I think they blew it off just seconds after they locked it. They are under Wikia Gaming's thumb, and it seems to be a rather oppressive one. It's like, what can they say? It's better to stay silent than say something they might regret.

I think it's time to just accept that it's never going to happen.

By the way, if it weren't for you, then I would have forgotten all about it. I'm much happier not thinking about it or anything. Life's too short.


----------



## Mega Man

Quote:


> Originally Posted by *ENTERPRISE*
> 
> Quote:
> 
> 
> 
> Originally Posted by *Mega Man*
> 
> Quote:
> 
> 
> 
> Originally Posted by *ENTERPRISE*
> 
> Quote:
> 
> 
> 
> Originally Posted by *Mega Man*
> 
> Quote:
> 
> 
> 
> Originally Posted by *Chipp*
> 
> Quote:
> 
> 
> 
> Originally Posted by *LostParticle*
> 
> For the past few days I am able to log in the site "directly", meaning without having to select "Log into an existing account" any more. As soon as I load the main page and press the little fellow icon the pop-up window comes up and my User-name and Password are auto-filled in.
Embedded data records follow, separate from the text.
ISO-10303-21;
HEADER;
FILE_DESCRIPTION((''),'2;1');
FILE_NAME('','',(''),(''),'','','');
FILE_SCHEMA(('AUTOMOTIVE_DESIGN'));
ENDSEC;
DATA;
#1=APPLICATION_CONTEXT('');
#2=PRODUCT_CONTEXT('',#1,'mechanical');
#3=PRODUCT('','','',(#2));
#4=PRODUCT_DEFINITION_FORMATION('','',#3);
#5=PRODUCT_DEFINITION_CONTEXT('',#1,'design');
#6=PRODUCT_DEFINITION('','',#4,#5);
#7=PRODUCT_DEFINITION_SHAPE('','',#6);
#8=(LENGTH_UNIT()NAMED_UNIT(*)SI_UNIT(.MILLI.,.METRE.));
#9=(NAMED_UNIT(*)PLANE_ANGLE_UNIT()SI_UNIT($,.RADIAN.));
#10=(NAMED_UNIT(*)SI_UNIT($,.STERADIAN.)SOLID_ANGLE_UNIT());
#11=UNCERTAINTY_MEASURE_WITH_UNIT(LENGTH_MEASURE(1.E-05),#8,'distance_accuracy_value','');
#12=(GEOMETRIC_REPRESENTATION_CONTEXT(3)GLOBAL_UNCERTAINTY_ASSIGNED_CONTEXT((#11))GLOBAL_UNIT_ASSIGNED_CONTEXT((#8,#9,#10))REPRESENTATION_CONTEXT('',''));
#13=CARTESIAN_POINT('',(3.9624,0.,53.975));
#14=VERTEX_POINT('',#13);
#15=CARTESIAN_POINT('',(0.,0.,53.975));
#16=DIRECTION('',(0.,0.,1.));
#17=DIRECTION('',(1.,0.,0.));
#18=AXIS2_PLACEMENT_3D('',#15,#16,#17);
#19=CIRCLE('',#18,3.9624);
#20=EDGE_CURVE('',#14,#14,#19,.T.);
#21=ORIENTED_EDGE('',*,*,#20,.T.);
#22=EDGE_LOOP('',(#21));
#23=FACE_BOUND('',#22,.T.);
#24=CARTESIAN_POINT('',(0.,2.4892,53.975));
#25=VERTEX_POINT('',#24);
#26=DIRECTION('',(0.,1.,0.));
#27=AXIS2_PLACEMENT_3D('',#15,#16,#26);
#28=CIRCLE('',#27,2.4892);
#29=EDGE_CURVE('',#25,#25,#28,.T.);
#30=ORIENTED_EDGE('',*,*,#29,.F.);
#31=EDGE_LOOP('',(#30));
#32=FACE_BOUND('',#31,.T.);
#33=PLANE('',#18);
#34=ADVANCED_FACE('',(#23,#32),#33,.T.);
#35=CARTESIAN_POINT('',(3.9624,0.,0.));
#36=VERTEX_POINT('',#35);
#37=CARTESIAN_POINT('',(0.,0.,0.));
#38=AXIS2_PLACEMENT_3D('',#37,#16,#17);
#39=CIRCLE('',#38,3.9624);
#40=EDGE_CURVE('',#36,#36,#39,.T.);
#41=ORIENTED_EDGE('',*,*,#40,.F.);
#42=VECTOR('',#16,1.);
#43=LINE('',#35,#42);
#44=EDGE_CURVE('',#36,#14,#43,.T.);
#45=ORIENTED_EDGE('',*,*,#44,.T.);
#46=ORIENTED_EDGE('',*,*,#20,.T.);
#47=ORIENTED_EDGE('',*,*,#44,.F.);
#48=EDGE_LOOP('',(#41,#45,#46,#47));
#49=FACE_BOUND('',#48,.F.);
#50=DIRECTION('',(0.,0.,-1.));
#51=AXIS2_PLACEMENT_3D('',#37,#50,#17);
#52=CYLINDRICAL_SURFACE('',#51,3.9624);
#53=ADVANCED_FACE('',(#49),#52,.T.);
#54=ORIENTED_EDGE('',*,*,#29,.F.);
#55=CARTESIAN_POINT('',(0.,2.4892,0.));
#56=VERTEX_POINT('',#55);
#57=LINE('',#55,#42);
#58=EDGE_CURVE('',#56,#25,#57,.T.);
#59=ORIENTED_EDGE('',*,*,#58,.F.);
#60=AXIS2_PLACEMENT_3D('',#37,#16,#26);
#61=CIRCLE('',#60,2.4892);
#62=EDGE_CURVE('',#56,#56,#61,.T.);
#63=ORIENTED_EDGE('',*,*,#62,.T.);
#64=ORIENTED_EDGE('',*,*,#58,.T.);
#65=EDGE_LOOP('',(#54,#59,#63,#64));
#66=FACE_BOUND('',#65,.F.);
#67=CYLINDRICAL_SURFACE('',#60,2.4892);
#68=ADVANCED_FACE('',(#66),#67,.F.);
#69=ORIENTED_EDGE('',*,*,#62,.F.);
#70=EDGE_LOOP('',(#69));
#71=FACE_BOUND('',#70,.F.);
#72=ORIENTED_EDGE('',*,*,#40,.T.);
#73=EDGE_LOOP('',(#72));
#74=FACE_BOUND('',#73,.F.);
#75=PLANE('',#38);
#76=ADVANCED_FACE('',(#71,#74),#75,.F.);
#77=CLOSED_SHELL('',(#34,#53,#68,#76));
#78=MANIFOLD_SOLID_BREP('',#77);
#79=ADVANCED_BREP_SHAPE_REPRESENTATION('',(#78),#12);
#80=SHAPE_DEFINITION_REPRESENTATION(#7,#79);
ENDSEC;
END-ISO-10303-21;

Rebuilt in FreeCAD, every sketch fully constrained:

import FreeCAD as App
import Part
import Sketcher

V = App.Vector
Q = App.Units.Quantity

doc = App.newDocument("Part")
params = doc.addObject("Spreadsheet::Sheet", "Params")
for row, (alias, value) in enumerate([
    ("sketch1_diameter", "0.312 in"),
    ("pad1_length", "2.125 in"),
    ("sketch2_diameter", "0.196 in"),
    ("hole_diameter", "0.196 in"),
], start=1):
    params.set(f"A{row}", alias)
    params.set(f"B{row}", "=" + value)
    params.setAlias(f"B{row}", alias)

body = doc.addObject("PartDesign::Body", "Body")

# Sketch on XY plane
sketch1 = body.newObject("Sketcher::SketchObject", "Sketch")
sketch1.AttachmentSupport = (doc.getObject("XY_Plane"), [""])
sketch1.MapMode = "FlatFace"
sketch1.addGeometry(Part.Circle(V(0, 0, 0), V(0, 0, 1), 4), False)
sketch1.addConstraint([
    Sketcher.Constraint("Coincident", 0, 3, -1, 1),
    Sketcher.Constraint("Diameter", 0, Q("0.312 in")),
])
sketch1.setExpression("Constraints[1]", "Params.sketch1_diameter")
pad1 = body.newObject("PartDesign::Pad", "Pad")
pad1.Profile = sketch1
pad1.setExpression("Length", "Params.pad1_length")

# Sketch on XY plane
sketch2 = body.newObject("Sketcher::SketchObject", "Sketch001")
sketch2.AttachmentSupport = (doc.getObject("XY_Plane"), [""])
sketch2.MapMode = "FlatFace"
sketch2.addGeometry(Part.Circle(V(0, 0, 0), V(0, 0, 1), 2.5), False)
sketch2.addConstraint([
    Sketcher.Constraint("Coincident", 0, 3, -1, 1),
    Sketcher.Constraint("Diameter", 0, Q("0.196 in")),
])
sketch2.setExpression("Constraints[1]", "Params.sketch2_diameter")
doc.recompute()
hole = body.newObject("PartDesign::Hole", "Hole")
hole.Profile = sketch2
hole.ThreadType = "None"
hole.setExpression("Diameter", "Params.hole_diameter")
hole.DepthType = "ThroughAll"
hole.Reversed = True

doc.recompute()
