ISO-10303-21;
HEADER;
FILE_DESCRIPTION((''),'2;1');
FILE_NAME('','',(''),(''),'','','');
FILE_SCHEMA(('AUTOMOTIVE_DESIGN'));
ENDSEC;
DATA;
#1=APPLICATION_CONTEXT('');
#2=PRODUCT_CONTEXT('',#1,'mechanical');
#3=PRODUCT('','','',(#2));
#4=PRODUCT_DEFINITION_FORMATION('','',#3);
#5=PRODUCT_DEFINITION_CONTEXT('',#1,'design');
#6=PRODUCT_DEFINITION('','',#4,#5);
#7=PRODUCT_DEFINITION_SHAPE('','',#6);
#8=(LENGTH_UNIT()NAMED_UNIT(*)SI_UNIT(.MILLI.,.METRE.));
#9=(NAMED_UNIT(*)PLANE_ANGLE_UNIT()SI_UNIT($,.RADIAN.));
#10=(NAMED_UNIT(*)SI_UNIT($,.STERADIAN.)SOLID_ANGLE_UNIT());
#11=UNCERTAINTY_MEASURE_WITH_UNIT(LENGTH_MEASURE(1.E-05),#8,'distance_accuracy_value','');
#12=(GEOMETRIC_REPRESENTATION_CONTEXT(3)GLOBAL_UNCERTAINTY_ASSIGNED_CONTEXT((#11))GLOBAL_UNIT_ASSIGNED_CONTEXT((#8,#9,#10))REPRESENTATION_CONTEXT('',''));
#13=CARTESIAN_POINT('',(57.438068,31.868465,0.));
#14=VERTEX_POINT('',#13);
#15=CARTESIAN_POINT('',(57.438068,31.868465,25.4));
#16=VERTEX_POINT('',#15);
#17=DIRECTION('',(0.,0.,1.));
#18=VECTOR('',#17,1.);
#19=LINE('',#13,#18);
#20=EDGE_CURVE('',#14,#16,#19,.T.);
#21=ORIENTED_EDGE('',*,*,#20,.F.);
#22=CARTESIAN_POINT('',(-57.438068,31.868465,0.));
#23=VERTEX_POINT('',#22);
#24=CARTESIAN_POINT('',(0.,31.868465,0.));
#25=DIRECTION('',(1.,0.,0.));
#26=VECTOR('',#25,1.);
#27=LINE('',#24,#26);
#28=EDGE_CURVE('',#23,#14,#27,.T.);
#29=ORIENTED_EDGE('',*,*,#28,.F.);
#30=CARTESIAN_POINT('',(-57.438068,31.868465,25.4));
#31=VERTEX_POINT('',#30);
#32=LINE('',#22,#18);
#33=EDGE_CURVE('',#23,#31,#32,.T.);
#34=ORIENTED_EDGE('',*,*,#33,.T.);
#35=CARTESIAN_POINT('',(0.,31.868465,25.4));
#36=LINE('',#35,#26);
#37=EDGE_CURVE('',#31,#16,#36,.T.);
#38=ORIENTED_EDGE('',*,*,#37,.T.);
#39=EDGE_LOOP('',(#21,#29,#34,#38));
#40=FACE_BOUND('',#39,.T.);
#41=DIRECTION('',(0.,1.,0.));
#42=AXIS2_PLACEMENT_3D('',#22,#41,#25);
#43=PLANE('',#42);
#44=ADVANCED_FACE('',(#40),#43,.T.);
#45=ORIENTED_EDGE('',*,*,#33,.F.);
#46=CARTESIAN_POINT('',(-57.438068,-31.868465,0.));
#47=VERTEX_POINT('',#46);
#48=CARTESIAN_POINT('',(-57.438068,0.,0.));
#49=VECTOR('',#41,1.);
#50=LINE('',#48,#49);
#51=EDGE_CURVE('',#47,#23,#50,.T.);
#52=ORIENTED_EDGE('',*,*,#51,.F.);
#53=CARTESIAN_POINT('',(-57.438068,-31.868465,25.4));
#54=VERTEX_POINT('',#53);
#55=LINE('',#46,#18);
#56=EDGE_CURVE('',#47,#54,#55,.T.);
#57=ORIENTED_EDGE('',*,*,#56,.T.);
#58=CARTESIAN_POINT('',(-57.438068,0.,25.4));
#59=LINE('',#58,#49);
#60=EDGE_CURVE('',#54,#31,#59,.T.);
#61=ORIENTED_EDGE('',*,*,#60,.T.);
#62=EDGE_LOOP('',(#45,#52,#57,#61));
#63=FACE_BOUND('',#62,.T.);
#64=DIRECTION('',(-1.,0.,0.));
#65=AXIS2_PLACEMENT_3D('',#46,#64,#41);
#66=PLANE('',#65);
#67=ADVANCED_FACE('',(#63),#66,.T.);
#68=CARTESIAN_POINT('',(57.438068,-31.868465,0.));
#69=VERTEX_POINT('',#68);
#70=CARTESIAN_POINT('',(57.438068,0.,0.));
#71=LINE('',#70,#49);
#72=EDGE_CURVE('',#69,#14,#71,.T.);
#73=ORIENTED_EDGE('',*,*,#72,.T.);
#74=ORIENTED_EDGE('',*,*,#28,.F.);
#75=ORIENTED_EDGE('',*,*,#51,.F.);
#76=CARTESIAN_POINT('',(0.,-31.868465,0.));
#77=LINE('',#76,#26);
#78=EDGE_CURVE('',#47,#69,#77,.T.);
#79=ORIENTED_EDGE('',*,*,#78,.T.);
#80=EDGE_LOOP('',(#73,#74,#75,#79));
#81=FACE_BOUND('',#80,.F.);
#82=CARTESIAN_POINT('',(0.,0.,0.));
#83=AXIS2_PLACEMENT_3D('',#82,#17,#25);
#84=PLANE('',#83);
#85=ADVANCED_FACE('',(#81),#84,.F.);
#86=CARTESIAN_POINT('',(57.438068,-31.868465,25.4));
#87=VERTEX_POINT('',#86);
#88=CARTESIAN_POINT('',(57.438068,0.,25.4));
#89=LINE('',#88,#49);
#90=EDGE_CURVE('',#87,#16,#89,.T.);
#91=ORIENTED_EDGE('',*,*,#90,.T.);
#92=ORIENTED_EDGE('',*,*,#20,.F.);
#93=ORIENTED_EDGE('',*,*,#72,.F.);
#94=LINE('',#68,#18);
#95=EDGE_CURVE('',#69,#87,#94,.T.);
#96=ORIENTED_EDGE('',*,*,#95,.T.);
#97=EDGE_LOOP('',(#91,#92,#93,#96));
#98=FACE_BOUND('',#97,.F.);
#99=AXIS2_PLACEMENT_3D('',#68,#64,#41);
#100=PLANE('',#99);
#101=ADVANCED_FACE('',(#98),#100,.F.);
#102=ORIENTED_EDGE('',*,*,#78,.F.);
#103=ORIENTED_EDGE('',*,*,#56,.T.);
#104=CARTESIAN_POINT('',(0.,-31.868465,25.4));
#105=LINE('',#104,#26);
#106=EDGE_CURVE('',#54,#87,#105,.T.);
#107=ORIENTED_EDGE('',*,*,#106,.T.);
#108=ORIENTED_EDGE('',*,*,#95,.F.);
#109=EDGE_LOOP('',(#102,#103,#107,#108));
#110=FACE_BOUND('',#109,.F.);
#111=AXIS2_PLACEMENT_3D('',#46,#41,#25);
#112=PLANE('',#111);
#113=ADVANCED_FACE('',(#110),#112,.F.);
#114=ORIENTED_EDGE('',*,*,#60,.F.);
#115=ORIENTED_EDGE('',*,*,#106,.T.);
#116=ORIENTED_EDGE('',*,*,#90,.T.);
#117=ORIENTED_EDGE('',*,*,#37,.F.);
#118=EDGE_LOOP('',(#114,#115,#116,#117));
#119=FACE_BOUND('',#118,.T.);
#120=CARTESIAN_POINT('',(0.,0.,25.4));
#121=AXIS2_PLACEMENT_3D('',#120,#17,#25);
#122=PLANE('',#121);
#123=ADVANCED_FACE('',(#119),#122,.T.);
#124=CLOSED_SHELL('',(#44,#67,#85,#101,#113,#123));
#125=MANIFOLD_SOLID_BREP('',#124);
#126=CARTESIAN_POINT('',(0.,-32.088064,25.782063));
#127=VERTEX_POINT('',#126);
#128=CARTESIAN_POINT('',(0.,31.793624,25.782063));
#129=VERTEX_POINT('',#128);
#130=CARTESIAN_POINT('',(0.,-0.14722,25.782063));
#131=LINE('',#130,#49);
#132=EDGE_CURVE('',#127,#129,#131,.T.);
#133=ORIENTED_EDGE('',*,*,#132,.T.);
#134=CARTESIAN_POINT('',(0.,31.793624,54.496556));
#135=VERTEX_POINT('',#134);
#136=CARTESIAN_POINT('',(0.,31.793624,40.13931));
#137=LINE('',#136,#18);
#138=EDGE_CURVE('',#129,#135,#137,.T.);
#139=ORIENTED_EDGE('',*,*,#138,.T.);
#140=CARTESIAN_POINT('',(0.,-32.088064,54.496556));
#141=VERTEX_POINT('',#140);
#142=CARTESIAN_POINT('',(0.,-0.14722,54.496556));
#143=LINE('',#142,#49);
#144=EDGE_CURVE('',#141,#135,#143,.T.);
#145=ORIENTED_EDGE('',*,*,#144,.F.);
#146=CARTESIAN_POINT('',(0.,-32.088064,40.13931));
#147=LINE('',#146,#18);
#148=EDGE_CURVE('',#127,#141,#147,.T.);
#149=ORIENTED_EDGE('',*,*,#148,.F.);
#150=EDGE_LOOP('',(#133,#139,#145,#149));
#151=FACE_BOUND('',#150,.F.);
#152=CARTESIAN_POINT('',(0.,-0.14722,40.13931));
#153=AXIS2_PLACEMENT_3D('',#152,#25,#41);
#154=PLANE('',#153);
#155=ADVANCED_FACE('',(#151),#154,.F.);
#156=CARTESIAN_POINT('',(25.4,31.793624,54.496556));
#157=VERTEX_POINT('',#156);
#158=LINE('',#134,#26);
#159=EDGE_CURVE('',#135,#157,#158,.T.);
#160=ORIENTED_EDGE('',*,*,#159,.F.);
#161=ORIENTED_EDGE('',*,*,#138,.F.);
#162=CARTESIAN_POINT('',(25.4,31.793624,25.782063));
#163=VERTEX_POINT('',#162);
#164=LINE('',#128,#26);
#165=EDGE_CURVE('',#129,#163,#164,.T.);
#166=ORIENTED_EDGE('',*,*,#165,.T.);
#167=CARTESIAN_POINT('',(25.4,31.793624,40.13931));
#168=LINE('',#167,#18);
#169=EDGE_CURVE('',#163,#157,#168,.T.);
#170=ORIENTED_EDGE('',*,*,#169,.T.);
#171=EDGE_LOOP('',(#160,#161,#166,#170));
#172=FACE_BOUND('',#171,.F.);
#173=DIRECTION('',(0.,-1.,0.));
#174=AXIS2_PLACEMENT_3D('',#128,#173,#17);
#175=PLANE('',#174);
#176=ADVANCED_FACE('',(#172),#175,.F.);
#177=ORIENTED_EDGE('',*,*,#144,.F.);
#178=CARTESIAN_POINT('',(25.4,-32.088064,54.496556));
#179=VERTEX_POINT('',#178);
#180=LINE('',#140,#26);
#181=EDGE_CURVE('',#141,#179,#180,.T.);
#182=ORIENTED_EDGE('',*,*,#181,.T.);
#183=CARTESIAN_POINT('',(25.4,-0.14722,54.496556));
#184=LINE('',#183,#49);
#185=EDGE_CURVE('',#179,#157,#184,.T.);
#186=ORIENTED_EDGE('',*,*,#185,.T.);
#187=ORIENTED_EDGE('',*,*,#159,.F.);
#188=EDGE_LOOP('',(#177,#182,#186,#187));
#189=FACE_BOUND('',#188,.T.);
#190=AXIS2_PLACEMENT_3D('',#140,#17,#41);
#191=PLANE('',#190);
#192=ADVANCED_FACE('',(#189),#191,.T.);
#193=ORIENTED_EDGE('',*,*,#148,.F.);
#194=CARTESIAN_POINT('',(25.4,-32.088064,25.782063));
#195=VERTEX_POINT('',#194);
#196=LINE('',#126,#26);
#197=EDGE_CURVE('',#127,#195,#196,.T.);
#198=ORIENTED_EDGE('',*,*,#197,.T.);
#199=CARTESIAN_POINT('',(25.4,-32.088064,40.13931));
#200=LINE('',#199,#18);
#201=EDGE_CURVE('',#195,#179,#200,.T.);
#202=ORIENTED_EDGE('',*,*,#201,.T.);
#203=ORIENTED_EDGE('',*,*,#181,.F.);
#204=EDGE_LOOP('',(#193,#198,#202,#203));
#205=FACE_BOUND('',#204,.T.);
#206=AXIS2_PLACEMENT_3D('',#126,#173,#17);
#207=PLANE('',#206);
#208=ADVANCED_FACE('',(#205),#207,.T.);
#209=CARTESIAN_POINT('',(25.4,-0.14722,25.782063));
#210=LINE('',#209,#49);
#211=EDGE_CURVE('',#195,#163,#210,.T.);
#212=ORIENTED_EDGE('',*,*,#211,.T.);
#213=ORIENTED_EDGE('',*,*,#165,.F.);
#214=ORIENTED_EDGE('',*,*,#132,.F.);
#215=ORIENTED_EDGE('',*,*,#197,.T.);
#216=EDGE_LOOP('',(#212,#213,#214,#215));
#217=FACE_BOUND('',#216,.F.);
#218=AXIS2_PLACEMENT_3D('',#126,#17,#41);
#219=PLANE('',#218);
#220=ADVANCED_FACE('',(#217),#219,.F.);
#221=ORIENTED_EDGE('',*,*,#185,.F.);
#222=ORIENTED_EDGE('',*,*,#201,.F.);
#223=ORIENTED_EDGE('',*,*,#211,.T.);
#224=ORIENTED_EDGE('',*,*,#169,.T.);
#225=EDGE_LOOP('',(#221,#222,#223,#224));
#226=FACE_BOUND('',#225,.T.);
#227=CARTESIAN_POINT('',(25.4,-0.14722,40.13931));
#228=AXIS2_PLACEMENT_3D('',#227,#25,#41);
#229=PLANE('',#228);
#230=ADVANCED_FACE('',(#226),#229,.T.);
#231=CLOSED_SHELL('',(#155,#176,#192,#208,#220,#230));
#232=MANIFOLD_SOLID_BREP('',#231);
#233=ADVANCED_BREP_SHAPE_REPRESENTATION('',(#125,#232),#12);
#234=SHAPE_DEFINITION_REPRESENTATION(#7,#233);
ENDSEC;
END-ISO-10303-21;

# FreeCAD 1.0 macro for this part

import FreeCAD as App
import Part
import Sketcher
Q = App.Units.Quantity

doc = App.newDocument("Part")
body = doc.addObject("PartDesign::Body", "Body")

# Sketch on XY plane
sketch1 = body.newObject("Sketcher::SketchObject", "Sketch")
sketch1.AttachmentSupport = (doc.getObject("XY_Plane"), [""])
sketch1.MapMode = "FlatFace"
sketch1.addGeometry([
    Part.LineSegment(App.Vector(-57, 32, 0), App.Vector(-57, -32, 0)),
    Part.LineSegment(App.Vector(-57, -32, 0), App.Vector(57, -32, 0)),
    Part.LineSegment(App.Vector(57, -32, 0), App.Vector(57, 32, 0)),
    Part.LineSegment(App.Vector(57, 32, 0), App.Vector(-57, 32, 0)),
], False)
sketch1.addConstraint([
    Sketcher.Constraint("Coincident", 0, 2, 1, 1),
    Sketcher.Constraint("Coincident", 1, 2, 2, 1),
    Sketcher.Constraint("Coincident", 2, 2, 3, 1),
    Sketcher.Constraint("Coincident", 3, 2, 0, 1),
    Sketcher.Constraint("Vertical", 0),
    Sketcher.Constraint("Horizontal", 1),
    Sketcher.Constraint("Vertical", 2),
    Sketcher.Constraint("Horizontal", 3),
    Sketcher.Constraint("Symmetric", 0, 2, 2, 2, -1, 1),
    Sketcher.Constraint("DistanceY", 0, 2, 0, 1, Q("63.73693 mm")),
    Sketcher.Constraint("DistanceX", 1, 1, 1, 2, Q("114.876136 mm")),
])
pad1 = body.newObject("PartDesign::Pad", "Pad")
pad1.Profile = sketch1
pad1.Length = Q("1 in")
body2 = doc.addObject("PartDesign::Body", "Body001")

# Sketch on YZ plane
sketch2 = body2.newObject("Sketcher::SketchObject", "Sketch001")
sketch2.AttachmentSupport = (doc.getObject("YZ_Plane001"), [""])
sketch2.MapMode = "FlatFace"
sketch2.addGeometry([
    Part.LineSegment(App.Vector(-32, 54, 0), App.Vector(-32, 26, 0)),
    Part.LineSegment(App.Vector(-32, 26, 0), App.Vector(32, 26, 0)),
    Part.LineSegment(App.Vector(32, 26, 0), App.Vector(32, 54, 0)),
    Part.LineSegment(App.Vector(32, 54, 0), App.Vector(-32, 54, 0)),
], False)
sketch2.addConstraint([
    Sketcher.Constraint("Coincident", 0, 2, 1, 1),
    Sketcher.Constraint("Coincident", 1, 2, 2, 1),
    Sketcher.Constraint("Coincident", 2, 2, 3, 1),
    Sketcher.Constraint("Coincident", 3, 2, 0, 1),
    Sketcher.Constraint("Vertical", 0),
    Sketcher.Constraint("Horizontal", 1),
    Sketcher.Constraint("Vertical", 2),
    Sketcher.Constraint("Horizontal", 3),
    Sketcher.Constraint("DistanceX", 1, 1, 1, 2, Q("63.881688 mm")),
    Sketcher.Constraint("DistanceY", 0, 2, 0, 1, Q("28.714493 mm")),
    Sketcher.Constraint("DistanceX", 0, 2, -1, 1, Q("32.088064 mm")),
    Sketcher.Constraint("DistanceY", -1, 1, 0, 2, Q("25.782063 mm")),
])
pad2 = body2.newObject("PartDesign::Pad", "Pad001")
pad2.Profile = sketch2
pad2.Length = Q("1 in")

doc.recompute()
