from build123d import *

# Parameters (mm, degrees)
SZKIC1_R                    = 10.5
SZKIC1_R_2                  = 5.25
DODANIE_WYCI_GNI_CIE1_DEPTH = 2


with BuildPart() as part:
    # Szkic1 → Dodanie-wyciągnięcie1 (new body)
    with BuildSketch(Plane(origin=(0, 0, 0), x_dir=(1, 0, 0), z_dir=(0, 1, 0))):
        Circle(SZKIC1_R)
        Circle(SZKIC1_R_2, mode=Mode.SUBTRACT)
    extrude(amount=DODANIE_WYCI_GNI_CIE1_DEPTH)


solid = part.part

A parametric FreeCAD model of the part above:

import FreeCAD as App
import Part
import Sketcher
from FreeCAD import Vector
Q = App.Units.Quantity

doc = App.newDocument("Part")
body = doc.addObject("PartDesign::Body", "Body")

sketch1 = body.newObject("Sketcher::SketchObject", "Sketch")
sketch1.AttachmentSupport = (doc.getObject("XZ_Plane"), [""])
sketch1.MapMode = "FlatFace"
sketch1.addGeometry([
    Part.Circle(Vector(0, 0, 0), Vector(0, 0, 1), 10.5),
    Part.Circle(Vector(0, 0, 0), Vector(0, 0, 1), 5.25),
], False)
sketch1.addConstraint([
    Sketcher.Constraint("Coincident", 0, 3, -1, 1),
    Sketcher.Constraint("Coincident", 1, 3, -1, 1),
    Sketcher.Constraint("Diameter", 0, Q("21 mm")),
    Sketcher.Constraint("Diameter", 1, Q("10.5 mm")),
])
pad1 = body.newObject("PartDesign::Pad", "Pad")
pad1.Profile = sketch1
pad1.Length = 2
pad1.Reversed = True

doc.recompute()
I welcome this change and I hope it will stay.
> 
> Thank you.
> 
> 
> 
> Heya,
> 
> This was a bug fix we released on Monday: http://www.overclock.net/t/1595561/platform-release-notes-march-21st-2016/
> 
> Glad it is working as expected now.
> 
> Click to expand...
> 
> yep still sucks and buggy as hell on both pc and android
> 
> i click on stuff like "quote" and it clicks the ad below it, again on both pc and android.
> 
> wish they would just go back, because frankly i have hated the update, since the update
> 
> Click to expand...
> 
> Have you submitted a bug report so we can investigate this ? This is the first I have heard of this issue and if it is an issue then we would like to investigate.
> 
> Please submit a bug report and follow the directions
> 
> 
> 
> 
> 
> 
> 
> : http://www.overclock.net/f/17791/submit-a-bug-report
> 
> Click to expand...
> 
> Sure did, scroll up a few posts.
> 
> 
> 
> 
> 
> 
> 
> 
> 
> Click to expand...
> 
> No proper bug submission = No fix.
Click to expand...

._. no sense of humor


----------



## TheReciever

If that's the case then they can simply state as much.

While I do like to think fondly of the forum, I would prefer to have confidence in the staff that supports it then simply believe that they are either incapable or prefer to handle an issue with silence and hope we move along.

More and more I'm lead to these conclusions.

Don't mistake this isn't something I take pleasure in posting. I could spend the time on school, learning Korean, getting my visas in order, finishing my degree, building a forum for my friends. It just feels like a disservice at this point how it's been handled,and as a result the post was made.


----------



## TwoCables

Mega Man: to be honest with you, I didn't get that you were just being playful. So maybe E was a little offended.


----------



## TwoCables

Quote:


> Originally Posted by *TheReciever*
> 
> If that's the case then they can simply state as much.
> 
> While I do like to think fondly of the forum, I would prefer to have confidence in the staff that supports it then simply believe that they are either incapable or prefer to handle an issue with silence and hope we move along.
> 
> More and more I'm lead to these conclusions.
> 
> Don't mistake this isn't something I take pleasure in posting. I could spend the time on school, learning Korean, getting my visas in order, finishing my degree, building a forum for my friends. It just feels like a disservice at this point how it's been handled,and as a result the post was made.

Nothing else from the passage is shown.